Structure and Finiteness Properties of Subdirect Products of Groups

We investigate the structure of subdirect products of groups, particularly their finiteness properties. We pay special attention to the subdirect products of free groups, surface groups and HNN extensions. We prove that a finitely presented subdirect product of free and surface groups virtually contains a term of the lower central series of the direct product or else fails to intersect one of the direct summands. This leads to a characterization of the finitely presented subgroups of the direct product of 3 free or surface groups, and to a solution to the conjugacy problem for arbitrary finitely presented subgroups of direct products of surface groups. We obtain a formula for the first homology of a subdirect product of two free groups and use it to show there is no algorithm to determine the first homology of a finitely generated subgroup. A useful structure theory for subgroups of finite direct products of groups has yet to be developed. To begin to study such subgroups it is natural to assume one knows about the subgroups of the direct factors and to concentrate on subdirect products. Recall that G is termed a subdirect product of the groups A1, . . . , An if G ⊆ A1 × · · · × An is a subgroup that projects surjectively to each factor.
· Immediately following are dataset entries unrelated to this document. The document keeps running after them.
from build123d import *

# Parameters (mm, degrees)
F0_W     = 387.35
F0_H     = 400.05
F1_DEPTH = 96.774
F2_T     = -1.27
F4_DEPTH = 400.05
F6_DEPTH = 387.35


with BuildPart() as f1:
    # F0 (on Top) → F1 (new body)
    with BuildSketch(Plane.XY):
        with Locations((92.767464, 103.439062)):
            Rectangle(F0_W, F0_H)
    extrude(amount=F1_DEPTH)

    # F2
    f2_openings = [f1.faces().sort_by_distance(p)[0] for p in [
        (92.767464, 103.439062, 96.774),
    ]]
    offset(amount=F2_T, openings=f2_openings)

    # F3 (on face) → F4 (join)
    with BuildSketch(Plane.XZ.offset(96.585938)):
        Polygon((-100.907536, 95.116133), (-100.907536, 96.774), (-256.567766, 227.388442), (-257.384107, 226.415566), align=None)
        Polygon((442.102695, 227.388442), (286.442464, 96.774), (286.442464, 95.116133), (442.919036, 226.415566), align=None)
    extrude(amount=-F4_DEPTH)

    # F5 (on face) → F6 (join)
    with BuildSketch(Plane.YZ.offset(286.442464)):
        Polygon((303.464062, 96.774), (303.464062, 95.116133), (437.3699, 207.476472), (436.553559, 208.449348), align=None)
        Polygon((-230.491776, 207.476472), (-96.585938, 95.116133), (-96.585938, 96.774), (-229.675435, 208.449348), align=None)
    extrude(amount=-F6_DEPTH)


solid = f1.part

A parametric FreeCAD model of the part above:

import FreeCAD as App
import Part
import Sketcher
from FreeCAD import Vector
Q = App.Units.Quantity


def faces_at(feature, points):
    """Names of the faces that lie closest to the given points."""
    faces = feature.Shape.Faces
    near = lambda p: min(range(len(faces)), key=lambda i: faces[i].distToShape(Part.Vertex(*p))[0])
    return sorted({f"Face{near(p) + 1}" for p in points})


def add_polygon(sketch, points):
    """Adds a closed chain of lines whose ends are joined by coincident constraints."""
    first, n = sketch.GeometryCount, len(points)
    for a, b in zip(points, points[1:] + points[:1]):
        sketch.addGeometry(Part.LineSegment(App.Vector(*a, 0), App.Vector(*b, 0)), False)
    for i in range(n):
        sketch.addConstraint(Sketcher.Constraint("Coincident", first + i, 2, first + (i + 1) % n, 1))

doc = App.newDocument("Part")
body = doc.addObject("PartDesign::Body", "Body")

# Sketch on XY plane
sketch1 = doc.addObject("Sketcher::SketchObject", "Sketch")
body.addObject(sketch1)
sketch1.AttachmentSupport = (doc.XY_Plane, [""])
sketch1.MapMode = "FlatFace"
add_polygon(sketch1, [(-100.907536, 303.464062), (-100.907536, -96.585938), (286.442464, -96.585938), (286.442464, 303.464062)])  # lines 0-3
sketch1.addConstraint([
    Sketcher.Constraint("Vertical", 0),
    Sketcher.Constraint("Horizontal", 1),
    Sketcher.Constraint("Vertical", 2),
    Sketcher.Constraint("Horizontal", 3),
    Sketcher.Constraint("DistanceX", 1, 1, 1, 2, Q("15.25 in")),
    Sketcher.Constraint("DistanceY", 0, 2, 0, 1, Q("15.75 in")),
    Sketcher.Constraint("DistanceY", 0, 2, -1, 1, Q("96.585938 mm")),
    Sketcher.Constraint("DistanceX", 0, 2, -1, 1, Q("100.907536 mm")),
])
pad1 = doc.addObject("PartDesign::Pad", "Pad")
body.addObject(pad1)
pad1.Profile = sketch1
pad1.Length = Q("3.81 in")
doc.recompute()

thickness = doc.addObject("PartDesign::Thickness", "Thickness")
body.addObject(thickness)
thickness.Base = (pad1, faces_at(pad1, [(92.767, 103.439, 96.774)]))
thickness.Value = Q("0.05 in")
thickness.Reversed = True
thickness.Join = "Arc"

# Sketch on XZ plane
sketch2 = doc.addObject("Sketcher::SketchObject", "Sketch001")
body.addObject(sketch2)
sketch2.AttachmentSupport = (doc.XZ_Plane, [""])
sketch2.MapMode = "FlatFace"
sketch2.AttachmentOffset = App.Placement(Vector(0, 0, 96.585938), App.Rotation())
add_polygon(sketch2, [(-100.907536, 95.116133), (-100.907536, 96.774), (-256.567766, 227.388442), (-257.384107, 226.415566)])  # lines 0-3
add_polygon(sketch2, [(442.102695, 227.388442), (286.442464, 96.774), (286.442464, 95.116133), (442.919036, 226.415566)])  # lines 4-7
sketch2.addConstraint([
    Sketcher.Constraint("Vertical", 0),
    Sketcher.Constraint("Vertical", 5),
    Sketcher.Constraint("Perpendicular", 1, 2),
    Sketcher.Constraint("Perpendicular", 2, 3),
    Sketcher.Constraint("Parallel", 4, 6),
    Sketcher.Constraint("Perpendicular", 6, 7),
    Sketcher.Constraint("Horizontal", 0, 2, 4, 2),
    Sketcher.Constraint("Horizontal", 3, 2, 5, 2),
    Sketcher.Constraint("Horizontal", 2, 2, 6, 2),
    Sketcher.Constraint("Horizontal", 1, 2, 7, 2),
    Sketcher.Constraint("Distance", 1, Q("8 in")),
    Sketcher.Constraint("Angle", 1, Q("140 deg")),
    Sketcher.Constraint("Distance", 2, Q("0.05 in")),
    Sketcher.Constraint("DistanceY", -1, 1, 0, 2, Q("3.81 in")),
    Sketcher.Constraint("DistanceX", 0, 2, 4, 2, Q("15.25 in")),
    Sketcher.Constraint("DistanceX", 0, 2, -1, 1, Q("100.907536 mm")),
])
pad2 = doc.addObject("PartDesign::Pad", "Pad001")
body.addObject(pad2)
pad2.Profile = sketch2
pad2.Length = Q("15.75 in")
pad2.Reversed = True

# Sketch on YZ plane
sketch3 = doc.addObject("Sketcher::SketchObject", "Sketch002")
body.addObject(sketch3)
sketch3.AttachmentSupport = (doc.YZ_Plane, [""])
sketch3.MapMode = "FlatFace"
sketch3.AttachmentOffset = App.Placement(Vector(0, 0, 286.442464), App.Rotation())
add_polygon(sketch3, [(303.464062, 96.774), (303.464062, 95.116133), (437.3699, 207.476472), (436.553559, 208.449348)])  # lines 0-3
add_polygon(sketch3, [(-230.491776, 207.476472), (-96.585938, 95.116133), (-96.585938, 96.774), (-229.675435, 208.449348)])  # lines 4-7
sketch3.addConstraint([
    Sketcher.Constraint("Vertical", 0),
    Sketcher.Constraint("Vertical", 5),
    Sketcher.Constraint("Perpendicular", 1, 2),
    Sketcher.Constraint("Perpendicular", 2, 3),
    Sketcher.Constraint("Parallel", 4, 6),
    Sketcher.Constraint("Perpendicular", 6, 7),
    Sketcher.Constraint("Horizontal", 0, 2, 4, 2),
    Sketcher.Constraint("Horizontal", 3, 2, 5, 2),
    Sketcher.Constraint("Horizontal", 2, 2, 6, 2),
    Sketcher.Constraint("Horizontal", 1, 2, 7, 2),
    Sketcher.Constraint("Angle", 1, Q("40 deg")),
    Sketcher.Constraint("Distance", 2, Q("0.05 in")),
    Sketcher.Constraint("Distance", 3, Q("6.84 in")),
    Sketcher.Constraint("DistanceY", -1, 1, 3, 2, Q("3.81 in")),
    Sketcher.Constraint("DistanceX", 4, 2, 0, 2, Q("15.75 in")),
    Sketcher.Constraint("DistanceX", -1, 1, 1, 2, Q("437.3699 mm")),
])
pad3 = doc.addObject("PartDesign::Pad", "Pad002")
body.addObject(pad3)
pad3.Profile = sketch3
pad3.Length = Q("15.25 in")
pad3.Reversed = True

doc.recompute()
Work by various authors has exposed the surprisingly rich structure to be found amongst the subdirect products of superficially-tame groups. For example, in contrast to the fact that subdirect products of abelian or nilpotent groups are again in the specified class, nonabelian free groups harbour a great diversity of subdirect products, including some with unsolvable decision problems [19]. This diversity has long been known, but it is only as a result of more recent work by Baumslag-Roseblade [5] and Bridson-Howie-Miller-Short [9] that it has been understood as a phenomenon that is intimately tied to the failure of various homological finiteness conditions. Date: 11 April 2007. 1991 Mathematics Subject Classification. 20F05, 20E07, 20F67, 20J05, 20F10.